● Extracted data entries
---------------
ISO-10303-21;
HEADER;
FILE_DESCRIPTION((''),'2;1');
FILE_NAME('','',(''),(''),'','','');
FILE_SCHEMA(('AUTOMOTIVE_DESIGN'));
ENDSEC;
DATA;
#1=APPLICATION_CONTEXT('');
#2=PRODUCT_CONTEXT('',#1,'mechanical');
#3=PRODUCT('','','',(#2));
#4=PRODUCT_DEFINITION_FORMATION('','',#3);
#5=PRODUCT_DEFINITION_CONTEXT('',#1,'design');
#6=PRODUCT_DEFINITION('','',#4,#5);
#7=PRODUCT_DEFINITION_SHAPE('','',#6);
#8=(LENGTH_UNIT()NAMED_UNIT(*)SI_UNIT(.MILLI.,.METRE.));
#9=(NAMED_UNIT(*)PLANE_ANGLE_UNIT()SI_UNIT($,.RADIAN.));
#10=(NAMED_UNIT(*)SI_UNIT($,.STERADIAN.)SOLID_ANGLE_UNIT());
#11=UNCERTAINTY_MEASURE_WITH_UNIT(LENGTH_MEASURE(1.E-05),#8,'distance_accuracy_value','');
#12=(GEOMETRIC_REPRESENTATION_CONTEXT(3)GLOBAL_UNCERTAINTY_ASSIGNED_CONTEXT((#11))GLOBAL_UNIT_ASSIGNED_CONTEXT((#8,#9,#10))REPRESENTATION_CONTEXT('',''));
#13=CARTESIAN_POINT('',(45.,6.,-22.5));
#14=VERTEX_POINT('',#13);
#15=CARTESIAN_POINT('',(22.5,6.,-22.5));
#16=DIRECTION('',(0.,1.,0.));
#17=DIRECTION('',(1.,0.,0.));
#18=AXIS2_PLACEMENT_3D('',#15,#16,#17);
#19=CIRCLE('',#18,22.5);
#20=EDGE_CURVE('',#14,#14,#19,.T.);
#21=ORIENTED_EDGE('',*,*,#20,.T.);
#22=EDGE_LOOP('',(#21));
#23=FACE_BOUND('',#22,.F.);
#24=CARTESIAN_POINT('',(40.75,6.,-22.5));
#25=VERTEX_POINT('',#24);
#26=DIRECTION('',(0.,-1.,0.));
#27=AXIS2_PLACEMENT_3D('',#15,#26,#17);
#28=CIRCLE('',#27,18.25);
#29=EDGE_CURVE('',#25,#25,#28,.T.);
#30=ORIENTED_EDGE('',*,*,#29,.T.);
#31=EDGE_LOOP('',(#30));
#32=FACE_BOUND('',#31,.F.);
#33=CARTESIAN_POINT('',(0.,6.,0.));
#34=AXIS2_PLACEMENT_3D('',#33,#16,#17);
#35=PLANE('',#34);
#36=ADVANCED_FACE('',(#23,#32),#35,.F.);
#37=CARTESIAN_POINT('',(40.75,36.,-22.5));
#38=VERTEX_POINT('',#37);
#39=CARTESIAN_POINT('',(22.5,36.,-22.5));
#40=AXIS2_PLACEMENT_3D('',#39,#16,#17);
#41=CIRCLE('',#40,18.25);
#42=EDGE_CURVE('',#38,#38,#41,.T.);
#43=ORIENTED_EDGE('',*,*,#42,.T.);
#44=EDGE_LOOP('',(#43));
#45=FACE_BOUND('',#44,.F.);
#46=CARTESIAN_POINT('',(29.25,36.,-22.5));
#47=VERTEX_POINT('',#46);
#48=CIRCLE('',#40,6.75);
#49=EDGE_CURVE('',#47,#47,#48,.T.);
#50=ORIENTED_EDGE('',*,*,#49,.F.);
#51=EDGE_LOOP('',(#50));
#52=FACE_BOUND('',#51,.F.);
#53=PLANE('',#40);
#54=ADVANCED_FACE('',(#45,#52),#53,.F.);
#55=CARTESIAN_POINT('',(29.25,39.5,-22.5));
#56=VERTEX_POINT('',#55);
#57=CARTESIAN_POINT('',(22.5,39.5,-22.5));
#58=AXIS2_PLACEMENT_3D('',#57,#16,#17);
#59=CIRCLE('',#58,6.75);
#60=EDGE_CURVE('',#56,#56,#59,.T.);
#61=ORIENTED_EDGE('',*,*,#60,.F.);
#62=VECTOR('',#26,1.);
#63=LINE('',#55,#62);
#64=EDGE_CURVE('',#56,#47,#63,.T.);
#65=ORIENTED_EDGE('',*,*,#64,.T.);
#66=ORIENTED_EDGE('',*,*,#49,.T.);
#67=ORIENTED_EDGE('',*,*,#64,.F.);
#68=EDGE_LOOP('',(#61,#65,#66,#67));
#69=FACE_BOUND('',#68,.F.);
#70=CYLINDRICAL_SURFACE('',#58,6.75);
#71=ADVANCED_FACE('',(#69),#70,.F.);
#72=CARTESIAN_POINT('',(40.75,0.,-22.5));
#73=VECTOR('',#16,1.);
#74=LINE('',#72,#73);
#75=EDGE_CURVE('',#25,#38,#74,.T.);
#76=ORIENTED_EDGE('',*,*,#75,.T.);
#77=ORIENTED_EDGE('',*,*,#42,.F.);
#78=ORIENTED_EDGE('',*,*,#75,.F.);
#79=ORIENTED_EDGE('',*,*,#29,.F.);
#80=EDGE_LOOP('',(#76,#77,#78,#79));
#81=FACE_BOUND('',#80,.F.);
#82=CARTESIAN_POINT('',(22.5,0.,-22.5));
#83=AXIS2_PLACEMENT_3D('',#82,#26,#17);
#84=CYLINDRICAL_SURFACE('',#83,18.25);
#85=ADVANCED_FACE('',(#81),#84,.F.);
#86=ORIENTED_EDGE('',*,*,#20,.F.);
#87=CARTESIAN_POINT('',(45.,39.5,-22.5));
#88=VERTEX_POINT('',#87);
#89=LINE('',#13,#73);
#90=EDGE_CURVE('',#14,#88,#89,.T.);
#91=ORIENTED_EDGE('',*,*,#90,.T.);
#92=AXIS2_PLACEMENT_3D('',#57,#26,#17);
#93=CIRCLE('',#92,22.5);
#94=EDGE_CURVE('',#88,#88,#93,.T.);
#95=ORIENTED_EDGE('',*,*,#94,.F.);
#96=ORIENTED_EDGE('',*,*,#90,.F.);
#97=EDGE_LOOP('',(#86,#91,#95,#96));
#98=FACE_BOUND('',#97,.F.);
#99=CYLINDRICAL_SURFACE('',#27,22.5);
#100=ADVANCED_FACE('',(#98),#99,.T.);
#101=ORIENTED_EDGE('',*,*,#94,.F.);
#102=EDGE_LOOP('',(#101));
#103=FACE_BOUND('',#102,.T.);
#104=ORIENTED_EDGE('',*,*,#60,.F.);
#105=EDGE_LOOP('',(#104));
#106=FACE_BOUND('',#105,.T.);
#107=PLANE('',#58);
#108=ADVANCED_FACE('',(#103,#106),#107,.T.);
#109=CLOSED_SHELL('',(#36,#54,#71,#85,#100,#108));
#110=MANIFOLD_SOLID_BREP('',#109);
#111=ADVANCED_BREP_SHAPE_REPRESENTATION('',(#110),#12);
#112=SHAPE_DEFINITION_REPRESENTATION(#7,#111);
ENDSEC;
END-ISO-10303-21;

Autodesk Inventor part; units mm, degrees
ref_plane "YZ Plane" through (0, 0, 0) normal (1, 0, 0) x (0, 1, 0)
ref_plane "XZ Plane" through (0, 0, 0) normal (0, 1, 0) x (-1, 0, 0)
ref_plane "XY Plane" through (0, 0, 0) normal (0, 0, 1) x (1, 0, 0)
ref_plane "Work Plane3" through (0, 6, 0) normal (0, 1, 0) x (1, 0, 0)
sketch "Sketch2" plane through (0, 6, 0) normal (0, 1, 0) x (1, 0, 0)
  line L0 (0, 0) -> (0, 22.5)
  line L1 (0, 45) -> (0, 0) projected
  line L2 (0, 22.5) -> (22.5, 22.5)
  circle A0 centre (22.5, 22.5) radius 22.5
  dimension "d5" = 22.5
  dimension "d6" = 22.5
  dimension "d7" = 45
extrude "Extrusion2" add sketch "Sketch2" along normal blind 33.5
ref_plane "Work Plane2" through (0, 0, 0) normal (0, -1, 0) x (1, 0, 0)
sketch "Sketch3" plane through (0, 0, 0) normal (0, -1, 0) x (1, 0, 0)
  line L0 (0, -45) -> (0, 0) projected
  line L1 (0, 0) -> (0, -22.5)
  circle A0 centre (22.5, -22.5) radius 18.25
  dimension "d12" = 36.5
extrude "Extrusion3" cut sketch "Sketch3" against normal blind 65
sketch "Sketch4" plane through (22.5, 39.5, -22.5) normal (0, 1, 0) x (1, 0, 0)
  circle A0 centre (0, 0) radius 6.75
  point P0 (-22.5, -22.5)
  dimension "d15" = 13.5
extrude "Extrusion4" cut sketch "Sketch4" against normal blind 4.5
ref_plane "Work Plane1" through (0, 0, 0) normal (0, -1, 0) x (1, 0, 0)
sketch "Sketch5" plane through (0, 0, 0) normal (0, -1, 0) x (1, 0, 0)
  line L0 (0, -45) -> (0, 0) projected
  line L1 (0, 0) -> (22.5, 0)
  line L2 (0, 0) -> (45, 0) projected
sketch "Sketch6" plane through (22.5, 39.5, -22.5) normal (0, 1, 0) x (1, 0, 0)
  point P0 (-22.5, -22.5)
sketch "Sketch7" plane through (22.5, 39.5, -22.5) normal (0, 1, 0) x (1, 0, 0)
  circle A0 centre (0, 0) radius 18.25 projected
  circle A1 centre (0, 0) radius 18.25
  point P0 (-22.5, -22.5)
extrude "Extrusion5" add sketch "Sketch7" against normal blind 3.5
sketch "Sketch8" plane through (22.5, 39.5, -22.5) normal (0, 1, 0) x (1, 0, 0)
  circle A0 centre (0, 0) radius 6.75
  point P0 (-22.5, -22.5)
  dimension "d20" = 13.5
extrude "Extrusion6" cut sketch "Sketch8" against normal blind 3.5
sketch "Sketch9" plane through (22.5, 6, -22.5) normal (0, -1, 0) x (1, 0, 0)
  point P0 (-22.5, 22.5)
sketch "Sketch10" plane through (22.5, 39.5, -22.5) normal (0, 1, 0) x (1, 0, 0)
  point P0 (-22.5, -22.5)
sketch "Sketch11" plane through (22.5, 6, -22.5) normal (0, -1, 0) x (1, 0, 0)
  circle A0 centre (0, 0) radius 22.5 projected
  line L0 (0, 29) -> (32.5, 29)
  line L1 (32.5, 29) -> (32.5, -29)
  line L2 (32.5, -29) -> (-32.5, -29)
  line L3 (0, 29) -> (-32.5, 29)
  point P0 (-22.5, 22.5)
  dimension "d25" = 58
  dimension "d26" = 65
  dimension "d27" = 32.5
---------------
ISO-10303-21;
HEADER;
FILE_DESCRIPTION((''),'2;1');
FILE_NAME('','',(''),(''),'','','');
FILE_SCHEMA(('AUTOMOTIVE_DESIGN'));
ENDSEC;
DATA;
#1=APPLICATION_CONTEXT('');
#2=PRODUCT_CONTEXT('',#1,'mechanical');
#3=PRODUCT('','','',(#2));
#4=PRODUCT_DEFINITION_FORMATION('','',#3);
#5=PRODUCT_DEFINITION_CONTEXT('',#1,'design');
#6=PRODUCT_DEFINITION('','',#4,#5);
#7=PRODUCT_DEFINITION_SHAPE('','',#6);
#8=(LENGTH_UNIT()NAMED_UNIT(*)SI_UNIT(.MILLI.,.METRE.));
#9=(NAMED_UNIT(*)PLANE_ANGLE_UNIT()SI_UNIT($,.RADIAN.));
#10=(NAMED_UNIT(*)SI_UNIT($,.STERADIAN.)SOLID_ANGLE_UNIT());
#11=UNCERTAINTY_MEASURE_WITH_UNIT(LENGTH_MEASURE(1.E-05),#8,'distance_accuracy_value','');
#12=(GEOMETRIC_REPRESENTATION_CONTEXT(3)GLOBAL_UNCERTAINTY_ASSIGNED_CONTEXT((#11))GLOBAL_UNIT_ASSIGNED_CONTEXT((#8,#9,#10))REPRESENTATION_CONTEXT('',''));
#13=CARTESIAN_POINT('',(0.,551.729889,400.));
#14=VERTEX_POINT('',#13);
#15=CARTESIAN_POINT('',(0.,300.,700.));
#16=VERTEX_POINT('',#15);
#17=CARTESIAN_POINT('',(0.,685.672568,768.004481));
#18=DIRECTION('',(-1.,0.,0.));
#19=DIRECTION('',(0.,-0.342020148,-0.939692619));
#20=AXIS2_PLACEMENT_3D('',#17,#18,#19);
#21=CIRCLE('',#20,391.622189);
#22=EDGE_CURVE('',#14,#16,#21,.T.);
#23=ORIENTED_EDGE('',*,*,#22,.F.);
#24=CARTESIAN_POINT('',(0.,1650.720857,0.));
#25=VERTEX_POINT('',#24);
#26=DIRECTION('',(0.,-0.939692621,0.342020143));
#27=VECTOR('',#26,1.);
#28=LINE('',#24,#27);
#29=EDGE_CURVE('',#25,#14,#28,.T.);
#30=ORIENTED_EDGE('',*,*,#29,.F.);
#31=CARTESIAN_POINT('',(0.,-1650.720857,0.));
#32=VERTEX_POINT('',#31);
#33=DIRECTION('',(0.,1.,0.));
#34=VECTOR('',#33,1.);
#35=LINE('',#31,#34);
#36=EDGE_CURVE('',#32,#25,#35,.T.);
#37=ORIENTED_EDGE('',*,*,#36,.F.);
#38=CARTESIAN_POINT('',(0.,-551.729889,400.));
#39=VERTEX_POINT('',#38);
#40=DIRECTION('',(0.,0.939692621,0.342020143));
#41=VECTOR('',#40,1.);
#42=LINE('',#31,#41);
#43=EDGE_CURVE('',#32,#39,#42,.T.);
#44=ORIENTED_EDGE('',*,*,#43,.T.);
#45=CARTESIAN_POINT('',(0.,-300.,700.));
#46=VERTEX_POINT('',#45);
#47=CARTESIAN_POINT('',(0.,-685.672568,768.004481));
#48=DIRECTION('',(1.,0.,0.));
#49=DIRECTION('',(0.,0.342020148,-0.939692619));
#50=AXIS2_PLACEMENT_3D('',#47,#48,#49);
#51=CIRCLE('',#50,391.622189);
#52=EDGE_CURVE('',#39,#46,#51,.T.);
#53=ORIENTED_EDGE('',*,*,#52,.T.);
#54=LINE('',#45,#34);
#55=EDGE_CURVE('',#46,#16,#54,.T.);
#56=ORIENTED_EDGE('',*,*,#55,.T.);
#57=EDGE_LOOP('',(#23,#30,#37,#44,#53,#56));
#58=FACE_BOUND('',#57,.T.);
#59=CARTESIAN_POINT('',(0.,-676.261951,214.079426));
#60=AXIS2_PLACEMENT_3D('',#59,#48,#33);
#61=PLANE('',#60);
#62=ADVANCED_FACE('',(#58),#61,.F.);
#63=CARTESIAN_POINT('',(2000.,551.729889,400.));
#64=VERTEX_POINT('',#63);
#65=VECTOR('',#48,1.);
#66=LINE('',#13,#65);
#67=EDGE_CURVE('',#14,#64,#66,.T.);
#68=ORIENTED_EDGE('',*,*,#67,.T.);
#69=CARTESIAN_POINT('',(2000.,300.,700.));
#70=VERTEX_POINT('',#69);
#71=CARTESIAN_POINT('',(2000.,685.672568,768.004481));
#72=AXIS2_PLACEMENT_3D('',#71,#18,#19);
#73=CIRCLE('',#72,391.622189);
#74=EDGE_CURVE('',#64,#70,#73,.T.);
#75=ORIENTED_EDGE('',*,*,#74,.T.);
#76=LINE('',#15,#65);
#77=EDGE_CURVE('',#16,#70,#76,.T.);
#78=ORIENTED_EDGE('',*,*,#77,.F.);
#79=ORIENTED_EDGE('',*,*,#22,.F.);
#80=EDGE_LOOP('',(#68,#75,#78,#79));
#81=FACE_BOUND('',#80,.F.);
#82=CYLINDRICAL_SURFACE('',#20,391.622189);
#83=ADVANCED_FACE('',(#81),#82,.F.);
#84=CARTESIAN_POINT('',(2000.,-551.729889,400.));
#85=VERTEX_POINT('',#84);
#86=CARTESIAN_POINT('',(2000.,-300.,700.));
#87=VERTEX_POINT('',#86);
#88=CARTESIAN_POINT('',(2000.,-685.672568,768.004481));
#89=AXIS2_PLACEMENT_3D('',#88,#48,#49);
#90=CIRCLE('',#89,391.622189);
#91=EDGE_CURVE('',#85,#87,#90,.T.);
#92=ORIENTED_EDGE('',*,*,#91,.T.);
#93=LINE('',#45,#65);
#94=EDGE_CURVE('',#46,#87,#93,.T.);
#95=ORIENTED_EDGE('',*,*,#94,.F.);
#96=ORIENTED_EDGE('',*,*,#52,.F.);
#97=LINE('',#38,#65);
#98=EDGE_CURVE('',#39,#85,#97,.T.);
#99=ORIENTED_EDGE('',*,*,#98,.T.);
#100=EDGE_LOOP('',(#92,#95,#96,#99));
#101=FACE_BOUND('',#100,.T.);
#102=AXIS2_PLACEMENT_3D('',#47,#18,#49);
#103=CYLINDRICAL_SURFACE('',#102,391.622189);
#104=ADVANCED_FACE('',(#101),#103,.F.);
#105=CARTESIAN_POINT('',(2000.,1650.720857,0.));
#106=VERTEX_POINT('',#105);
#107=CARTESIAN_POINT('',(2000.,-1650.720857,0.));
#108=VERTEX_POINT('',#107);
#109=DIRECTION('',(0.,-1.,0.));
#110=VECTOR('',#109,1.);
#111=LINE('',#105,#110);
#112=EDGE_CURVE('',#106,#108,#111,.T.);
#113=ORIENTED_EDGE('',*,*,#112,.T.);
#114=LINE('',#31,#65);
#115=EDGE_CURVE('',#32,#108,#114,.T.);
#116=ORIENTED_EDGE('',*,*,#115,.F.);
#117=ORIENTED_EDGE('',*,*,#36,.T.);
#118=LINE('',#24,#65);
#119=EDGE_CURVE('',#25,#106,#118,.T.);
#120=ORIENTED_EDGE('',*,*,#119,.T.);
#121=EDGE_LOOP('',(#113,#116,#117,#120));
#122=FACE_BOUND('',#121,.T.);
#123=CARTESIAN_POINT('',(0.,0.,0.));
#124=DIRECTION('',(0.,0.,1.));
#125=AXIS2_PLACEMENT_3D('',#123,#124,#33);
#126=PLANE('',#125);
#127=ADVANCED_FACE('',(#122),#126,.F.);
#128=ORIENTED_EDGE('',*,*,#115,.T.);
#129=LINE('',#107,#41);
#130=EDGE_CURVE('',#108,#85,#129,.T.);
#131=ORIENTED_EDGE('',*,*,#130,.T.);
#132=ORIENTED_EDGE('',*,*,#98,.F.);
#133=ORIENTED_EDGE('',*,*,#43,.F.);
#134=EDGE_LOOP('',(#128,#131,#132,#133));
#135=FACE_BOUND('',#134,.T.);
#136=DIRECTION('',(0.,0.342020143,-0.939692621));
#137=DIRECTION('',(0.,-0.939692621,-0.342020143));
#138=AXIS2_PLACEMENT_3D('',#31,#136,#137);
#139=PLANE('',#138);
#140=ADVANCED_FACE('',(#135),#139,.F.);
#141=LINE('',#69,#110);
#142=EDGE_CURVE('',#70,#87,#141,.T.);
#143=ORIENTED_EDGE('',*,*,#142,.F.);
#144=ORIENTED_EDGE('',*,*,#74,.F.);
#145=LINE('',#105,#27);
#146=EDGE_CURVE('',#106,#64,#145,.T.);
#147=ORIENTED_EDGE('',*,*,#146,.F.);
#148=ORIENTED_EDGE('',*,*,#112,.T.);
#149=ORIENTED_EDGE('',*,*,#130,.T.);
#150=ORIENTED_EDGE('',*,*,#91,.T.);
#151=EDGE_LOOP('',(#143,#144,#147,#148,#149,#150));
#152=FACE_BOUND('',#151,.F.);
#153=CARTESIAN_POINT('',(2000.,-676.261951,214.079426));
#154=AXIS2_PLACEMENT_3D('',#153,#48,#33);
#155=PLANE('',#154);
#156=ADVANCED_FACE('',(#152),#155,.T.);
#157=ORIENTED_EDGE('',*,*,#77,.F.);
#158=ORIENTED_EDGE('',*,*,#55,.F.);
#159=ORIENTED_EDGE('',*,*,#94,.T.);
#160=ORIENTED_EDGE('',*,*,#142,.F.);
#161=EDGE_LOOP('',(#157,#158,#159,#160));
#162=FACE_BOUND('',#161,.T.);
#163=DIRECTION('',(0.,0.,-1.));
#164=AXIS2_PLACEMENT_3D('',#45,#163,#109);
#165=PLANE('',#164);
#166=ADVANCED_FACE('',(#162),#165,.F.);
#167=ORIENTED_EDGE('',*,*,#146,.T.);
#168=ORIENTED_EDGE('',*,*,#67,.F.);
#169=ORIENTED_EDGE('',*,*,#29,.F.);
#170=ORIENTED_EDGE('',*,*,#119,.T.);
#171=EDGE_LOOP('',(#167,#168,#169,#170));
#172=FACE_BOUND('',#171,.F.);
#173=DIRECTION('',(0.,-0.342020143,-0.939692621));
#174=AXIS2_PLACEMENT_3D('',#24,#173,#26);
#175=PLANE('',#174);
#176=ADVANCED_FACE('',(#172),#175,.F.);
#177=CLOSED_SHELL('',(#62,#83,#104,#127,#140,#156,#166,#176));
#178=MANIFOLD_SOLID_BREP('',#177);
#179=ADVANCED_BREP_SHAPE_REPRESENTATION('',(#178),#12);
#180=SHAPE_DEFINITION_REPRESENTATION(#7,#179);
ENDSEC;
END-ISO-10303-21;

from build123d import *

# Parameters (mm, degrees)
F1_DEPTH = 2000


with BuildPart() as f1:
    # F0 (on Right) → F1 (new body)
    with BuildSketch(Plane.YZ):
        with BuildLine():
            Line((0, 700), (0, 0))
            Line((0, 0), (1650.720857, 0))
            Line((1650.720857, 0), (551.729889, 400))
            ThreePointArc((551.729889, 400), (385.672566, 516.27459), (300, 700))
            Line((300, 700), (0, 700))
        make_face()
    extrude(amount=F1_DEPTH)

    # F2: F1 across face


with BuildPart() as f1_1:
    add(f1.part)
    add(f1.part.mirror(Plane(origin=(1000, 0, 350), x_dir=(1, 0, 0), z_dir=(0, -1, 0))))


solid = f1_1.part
---------------
● Your goal
From the records above, transcribe without alteration every line from the one with "#123=CARTESIAN_POINT('',(0.,0.,0.));" to the one with "#180=SHAPE_DEFINITION_REPRESENTATION(#7,#179);", inclusive.

● Response to this exercise
#123=CARTESIAN_POINT('',(0.,0.,0.));
#124=DIRECTION('',(0.,0.,1.));
#125=AXIS2_PLACEMENT_3D('',#123,#124,#33);
#126=PLANE('',#125);
#127=ADVANCED_FACE('',(#122),#126,.F.);
#128=ORIENTED_EDGE('',*,*,#115,.T.);
#129=LINE('',#107,#41);
#130=EDGE_CURVE('',#108,#85,#129,.T.);
#131=ORIENTED_EDGE('',*,*,#130,.T.);
#132=ORIENTED_EDGE('',*,*,#98,.F.);
#133=ORIENTED_EDGE('',*,*,#43,.F.);
#134=EDGE_LOOP('',(#128,#131,#132,#133));
#135=FACE_BOUND('',#134,.T.);
#136=DIRECTION('',(0.,0.342020143,-0.939692621));
#137=DIRECTION('',(0.,-0.939692621,-0.342020143));
#138=AXIS2_PLACEMENT_3D('',#31,#136,#137);
#139=PLANE('',#138);
#140=ADVANCED_FACE('',(#135),#139,.F.);
#141=LINE('',#69,#110);
#142=EDGE_CURVE('',#70,#87,#141,.T.);
#143=ORIENTED_EDGE('',*,*,#142,.F.);
#144=ORIENTED_EDGE('',*,*,#74,.F.);
#145=LINE('',#105,#27);
#146=EDGE_CURVE('',#106,#64,#145,.T.);
#147=ORIENTED_EDGE('',*,*,#146,.F.);
#148=ORIENTED_EDGE('',*,*,#112,.T.);
#149=ORIENTED_EDGE('',*,*,#130,.T.);
#150=ORIENTED_EDGE('',*,*,#91,.T.);
#151=EDGE_LOOP('',(#143,#144,#147,#148,#149,#150));
#152=FACE_BOUND('',#151,.F.);
#153=CARTESIAN_POINT('',(2000.,-676.261951,214.079426));
#154=AXIS2_PLACEMENT_3D('',#153,#48,#33);
#155=PLANE('',#154);
#156=ADVANCED_FACE('',(#152),#155,.T.);
#157=ORIENTED_EDGE('',*,*,#77,.F.);
#158=ORIENTED_EDGE('',*,*,#55,.F.);
#159=ORIENTED_EDGE('',*,*,#94,.T.);
#160=ORIENTED_EDGE('',*,*,#142,.F.);
#161=EDGE_LOOP('',(#157,#158,#159,#160));
#162=FACE_BOUND('',#161,.T.);
#163=DIRECTION('',(0.,0.,-1.));
#164=AXIS2_PLACEMENT_3D('',#45,#163,#109);
#165=PLANE('',#164);
#166=ADVANCED_FACE('',(#162),#165,.F.);
#167=ORIENTED_EDGE('',*,*,#146,.T.);
#168=ORIENTED_EDGE('',*,*,#67,.F.);
#169=ORIENTED_EDGE('',*,*,#29,.F.);
#170=ORIENTED_EDGE('',*,*,#119,.T.);
#171=EDGE_LOOP('',(#167,#168,#169,#170));
#172=FACE_BOUND('',#171,.F.);
#173=DIRECTION('',(0.,-0.342020143,-0.939692621));
#174=AXIS2_PLACEMENT_3D('',#24,#173,#26);
#175=PLANE('',#174);
#176=ADVANCED_FACE('',(#172),#175,.F.);
#177=CLOSED_SHELL('',(#62,#83,#104,#127,#140,#156,#166,#176));
#178=MANIFOLD_SOLID_BREP('',#177);
#179=ADVANCED_BREP_SHAPE_REPRESENTATION('',(#178),#12);
#180=SHAPE_DEFINITION_REPRESENTATION(#7,#179);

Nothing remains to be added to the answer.